Snelle bouw nieuwe centrales
Het derde argument tegen een aparte regeling voor reservecapaciteit is dat de huidige centrales zeer snel gebouwd kunnen worden 6.
Voordat de elektriciteitsvraag zo sterk is toegenomen dat nee verkocht moet worden, kan nieuwe capaciteit worden bijgebouwd. Dit geeft
echter onvoldoende respijt. Als de groei van de piekvraag onverwachts aantrekt zonder dat op dat moment sprake is van een
substantiële reservecapaciteit, zal de levering van elektriciteit tijdens de piekuren een probleem worden. Als pas dan besloten wordt tot
de bouw van een nieuwe centrale, betekent dit dat deze leveringsproblemen twee tot drie jaar (de termijn waarop een nieuwe centrale
vanaf de tekentafel inclusief vergunningsaanvraag gebouwd kan worden) zullen duren.
‘Interruptibles’
Tot slot biedt ook het vergroten van het aandeel van de zogenaamde ‘interruptibles’ – dat zijn consumenten die zich vrijwillig laten
afsluiten tijdens piekuren in ruil voor een lagere elektriciteitsrekening – in de elektriciteitsvraag geen oplossing voor het probleem van de
reservecapaciteit. Als meer consumenten zich bij een bepaalde prijs regelmatig laten afsluiten, dan zullen de producenten op termijn hun
productiecapaciteit inkrimpen. Deze capaciteit wordt bij een groter aandeel van de ‘interruptibles’ in de elektriciteitsvraag immers minder
en minder gebruikt.

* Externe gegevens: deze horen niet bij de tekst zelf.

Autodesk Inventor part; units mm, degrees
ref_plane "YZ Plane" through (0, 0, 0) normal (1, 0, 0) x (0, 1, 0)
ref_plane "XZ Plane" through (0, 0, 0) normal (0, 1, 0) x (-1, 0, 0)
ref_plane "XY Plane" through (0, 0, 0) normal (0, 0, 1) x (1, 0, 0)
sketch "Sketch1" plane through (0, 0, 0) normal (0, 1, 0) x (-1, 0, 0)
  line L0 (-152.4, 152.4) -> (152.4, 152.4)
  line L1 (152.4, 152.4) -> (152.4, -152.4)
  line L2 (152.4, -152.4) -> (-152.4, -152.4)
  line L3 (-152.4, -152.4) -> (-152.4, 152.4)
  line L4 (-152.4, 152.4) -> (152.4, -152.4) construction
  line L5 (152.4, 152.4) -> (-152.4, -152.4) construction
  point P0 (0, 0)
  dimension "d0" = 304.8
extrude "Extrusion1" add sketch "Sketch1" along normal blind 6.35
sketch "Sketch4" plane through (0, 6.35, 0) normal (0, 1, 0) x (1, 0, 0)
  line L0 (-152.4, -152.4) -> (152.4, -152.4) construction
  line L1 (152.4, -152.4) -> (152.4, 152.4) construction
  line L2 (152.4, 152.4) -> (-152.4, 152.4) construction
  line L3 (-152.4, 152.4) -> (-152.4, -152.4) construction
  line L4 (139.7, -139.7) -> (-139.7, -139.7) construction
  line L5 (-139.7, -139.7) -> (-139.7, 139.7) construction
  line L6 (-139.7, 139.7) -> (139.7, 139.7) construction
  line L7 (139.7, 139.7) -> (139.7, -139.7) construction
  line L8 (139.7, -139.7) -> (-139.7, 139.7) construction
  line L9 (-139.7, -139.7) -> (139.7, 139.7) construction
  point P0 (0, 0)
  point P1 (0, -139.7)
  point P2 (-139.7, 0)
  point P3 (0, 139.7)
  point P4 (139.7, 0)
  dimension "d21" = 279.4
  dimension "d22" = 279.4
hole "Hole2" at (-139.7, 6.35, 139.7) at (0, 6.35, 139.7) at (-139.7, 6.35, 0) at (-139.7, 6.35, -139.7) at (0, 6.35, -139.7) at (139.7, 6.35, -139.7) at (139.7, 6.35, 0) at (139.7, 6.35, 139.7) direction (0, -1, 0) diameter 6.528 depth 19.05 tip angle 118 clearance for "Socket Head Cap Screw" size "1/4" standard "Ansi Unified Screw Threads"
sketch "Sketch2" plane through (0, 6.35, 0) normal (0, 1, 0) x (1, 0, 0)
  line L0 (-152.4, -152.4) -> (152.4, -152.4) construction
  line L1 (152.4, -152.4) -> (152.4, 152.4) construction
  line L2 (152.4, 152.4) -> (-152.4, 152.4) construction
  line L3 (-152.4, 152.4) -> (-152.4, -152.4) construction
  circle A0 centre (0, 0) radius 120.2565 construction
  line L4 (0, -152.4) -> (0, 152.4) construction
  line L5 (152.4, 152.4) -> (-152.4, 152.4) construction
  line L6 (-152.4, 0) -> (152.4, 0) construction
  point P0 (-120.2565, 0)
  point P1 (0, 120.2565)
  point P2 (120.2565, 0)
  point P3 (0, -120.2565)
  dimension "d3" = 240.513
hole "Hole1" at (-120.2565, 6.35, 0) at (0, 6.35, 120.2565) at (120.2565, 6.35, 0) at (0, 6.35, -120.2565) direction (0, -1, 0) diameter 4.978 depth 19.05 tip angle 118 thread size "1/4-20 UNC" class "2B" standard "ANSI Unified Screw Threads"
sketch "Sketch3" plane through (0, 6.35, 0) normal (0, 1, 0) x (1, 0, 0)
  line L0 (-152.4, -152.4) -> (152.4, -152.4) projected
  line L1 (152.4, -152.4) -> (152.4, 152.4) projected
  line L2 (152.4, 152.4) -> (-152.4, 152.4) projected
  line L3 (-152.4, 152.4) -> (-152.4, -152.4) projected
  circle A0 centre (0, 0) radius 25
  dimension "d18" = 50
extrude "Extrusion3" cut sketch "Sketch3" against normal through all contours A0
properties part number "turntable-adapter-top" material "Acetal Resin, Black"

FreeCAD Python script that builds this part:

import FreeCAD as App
import Part
import Sketcher
Q = App.Units.Quantity

doc = App.newDocument("Part")
body = doc.addObject("PartDesign::Body", "Body")

sketch1 = doc.addObject("Sketcher::SketchObject", "Sketch")
body.addObject(sketch1)
sketch1.AttachmentSupport = (doc.XZ_Plane, [""])
sketch1.MapMode = "FlatFace"
sketch1.addGeometry([
    Part.LineSegment(App.Vector(-152, 152, 0), App.Vector(152, 152, 0)),
    Part.LineSegment(App.Vector(152, 152, 0), App.Vector(152, -152, 0)),
    Part.LineSegment(App.Vector(152, -152, 0), App.Vector(-152, -152, 0)),
    Part.LineSegment(App.Vector(-152, -152, 0), App.Vector(-152, 152, 0)),
], False)
sketch1.addConstraint([
    Sketcher.Constraint("Coincident", 0, 2, 1, 1),
    Sketcher.Constraint("Coincident", 1, 2, 2, 1),
    Sketcher.Constraint("Coincident", 2, 2, 3, 1),
    Sketcher.Constraint("Coincident", 3, 2, 0, 1),
    Sketcher.Constraint("Horizontal", 0),
    Sketcher.Constraint("Vertical", 1),
    Sketcher.Constraint("Horizontal", 2),
    Sketcher.Constraint("Vertical", 3),
    Sketcher.Constraint("Symmetric", 0, 2, 2, 2, -1, 1),
    Sketcher.Constraint("Equal", 2, 1),
    Sketcher.Constraint("DistanceX", 0, 1, 0, 2, Q("12 in")),
])
pad1 = doc.addObject("PartDesign::Pad", "Pad")
body.addObject(pad1)
pad1.Profile = sketch1
pad1.Length = Q("0.25 in")
pad1.Reversed = True

sketch2 = doc.addObject("Sketcher::SketchObject", "Sketch001")
body.addObject(sketch2)
sketch2.AttachmentSupport = (doc.XZ_Plane, [""])
sketch2.MapMode = "FlatFace"
sketch2.AttachmentOffset = App.Placement(App.Vector(0, 0, -0.25 * 25.4), App.Rotation())
sketch2.addGeometry([
    Part.Circle(App.Vector(-139.7, 139.7, 0), App.Vector(0, 0, 1), 3.3),
    Part.Circle(App.Vector(0, 139.7, 0), App.Vector(0, 0, 1), 3.3),
    Part.Circle(App.Vector(-139.7, 0, 0), App.Vector(0, 0, 1), 3.3),
    Part.Circle(App.Vector(-139.7, -139.7, 0), App.Vector(0, 0, 1), 3.3),
    Part.Circle(App.Vector(0, -139.7, 0), App.Vector(0, 0, 1), 3.3),
    Part.Circle(App.Vector(139.7, -139.7, 0), App.Vector(0, 0, 1), 3.3),
    Part.Circle(App.Vector(139.7, 0, 0), App.Vector(0, 0, 1), 3.3),
    Part.Circle(App.Vector(139.7, 139.7, 0), App.Vector(0, 0, 1), 3.3),
], False)
sketch2.addConstraint([
    Sketcher.Constraint("Equal", 0, 1),
    Sketcher.Constraint("Equal", 1, 2),
    Sketcher.Constraint("Equal", 2, 3),
    Sketcher.Constraint("Equal", 3, 4),
    Sketcher.Constraint("Equal", 4, 5),
    Sketcher.Constraint("Equal", 5, 6),
    Sketcher.Constraint("Equal", 6, 7),
    Sketcher.Constraint("Symmetric", 1, 3, 4, 3, -1, 1),
    Sketcher.Constraint("Symmetric", 0, 3, 5, 3, -1, 1),
    Sketcher.Constraint("Symmetric", 2, 3, 6, 3, -1, 1),
    Sketcher.Constraint("Symmetric", 3, 3, 7, 3, -1, 1),
    Sketcher.Constraint("Symmetric", 3, 3, 5, 3, -2),
    Sketcher.Constraint("PointOnObject", 1, 3, -2),
    Sketcher.Constraint("PointOnObject", 2, 3, -1),
    Sketcher.Constraint("Horizontal", 0, 3, 1, 3),
    Sketcher.Constraint("Vertical", 0, 3, 2, 3),
    Sketcher.Constraint("Diameter", 0, Q("0.257 in")),
    Sketcher.Constraint("DistanceY", 3, 3, 0, 3, Q("11 in")),
    Sketcher.Constraint("DistanceX", 3, 3, 5, 3, Q("11 in")),
])
doc.recompute()
hole = doc.addObject("PartDesign::Hole", "Hole")
body.addObject(hole)
hole.Profile = sketch2
hole.ThreadType = "None"
hole.Diameter = Q("0.2570079 in")
hole.DepthType = "Dimension"
hole.Depth = Q("0.75 in")
hole.DrillPoint = "Angled"
hole.DrillPointAngle = 118
hole.Reversed = True

sketch3 = doc.addObject("Sketcher::SketchObject", "Sketch002")
body.addObject(sketch3)
sketch3.AttachmentSupport = (doc.XZ_Plane, [""])
sketch3.MapMode = "FlatFace"
sketch3.AttachmentOffset = App.Placement(App.Vector(0, 0, -0.25 * 25.4), App.Rotation())
sketch3.addGeometry([
    Part.Circle(App.Vector(-120.3, 0, 0), App.Vector(0, 0, 1), 2.5),
    Part.Circle(App.Vector(0, 120.3, 0), App.Vector(0, 0, 1), 2.5),
    Part.Circle(App.Vector(120.3, 0, 0), App.Vector(0, 0, 1), 2.5),
    Part.Circle(App.Vector(0, -120.3, 0), App.Vector(0, 0, 1), 2.5),
], False)
sketch3.addConstraint([
    Sketcher.Constraint("Equal", 0, 1),
    Sketcher.Constraint("Equal", 1, 2),
    Sketcher.Constraint("Equal", 2, 3),
    Sketcher.Constraint("Symmetric", 0, 3, 2, 3, -1, 1),
    Sketcher.Constraint("Symmetric", 1, 3, 3, 3, -1, 1),
    Sketcher.Constraint("PointOnObject", 0, 3, -1),
    Sketcher.Constraint("PointOnObject", 1, 3, -2),
    Sketcher.Constraint("Diameter", 0, Q("4.978 mm")),
    Sketcher.Constraint("DistanceX", 0, 3, -1, 1, Q("4.7345 in")),
    Sketcher.Constraint("DistanceY", -1, 1, 1, 3, Q("4.7345 in")),
])
doc.recompute()
hole2 = doc.addObject("PartDesign::Hole", "Hole001")
body.addObject(hole2)
hole2.Profile = sketch3
hole2.ThreadType = "None"
hole2.Diameter = 4.978
hole2.DepthType = "Dimension"
hole2.Depth = Q("0.75 in")
hole2.DrillPoint = "Angled"
hole2.DrillPointAngle = 118
hole2.Reversed = True

sketch4 = doc.addObject("Sketcher::SketchObject", "Sketch003")
body.addObject(sketch4)
sketch4.AttachmentSupport = (doc.XZ_Plane, [""])
sketch4.MapMode = "FlatFace"
sketch4.AttachmentOffset = App.Placement(App.Vector(0, 0, -0.25 * 25.4), App.Rotation())
sketch4.addGeometry(Part.Circle(App.Vector(0, 0, 0), App.Vector(0, 0, 1), 25), False)
sketch4.addConstraint([
    Sketcher.Constraint("Coincident", 0, 3, -1, 1),
    Sketcher.Constraint("Diameter", 0, Q("1.9685 in")),
])
pocket1 = doc.addObject("PartDesign::Pocket", "Pocket")
body.addObject(pocket1)
pocket1.Profile = sketch4
pocket1.Type = "ThroughAll"
pocket1.Reversed = True

doc.recompute()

Het vergroten van het aandeel van de interruptibles geeft dus alleen respijt zolang de markt nog niet met de nieuwe
situatie rekening heeft gehouden.
Institutionele oplossingen
In Engeland heeft men bij de liberalisering van de elektriciteitsmarkt expliciet rekening gehouden met het feit dat de markt niet
noodzakelijkerwijs rekening houdt met het in stand houden van voldoende reservecapaciteit. Behalve een spotmarkt voor elektriciteit is
in Engeland daarom ook een spotmarkt voor capaciteit ingericht. Op deze spotmarkt kunnen bedrijven capaciteit aanbieden die in
principe kan draaien. Zij krijgen daarvoor een vergoeding die afhankelijk is van de mate van schaarste op de markt. Het belangrijkste
mankement van dit systeem is dat de reservecapaciteit in een aantal gevalllen papieren capaciteit bleek te zijn. Zo deed zich in het midden
van de jaren negentig de situatie voor dat er absolute schaarste was, maar dat een aantal nieuwe gascentrales niet kon worden ingezet.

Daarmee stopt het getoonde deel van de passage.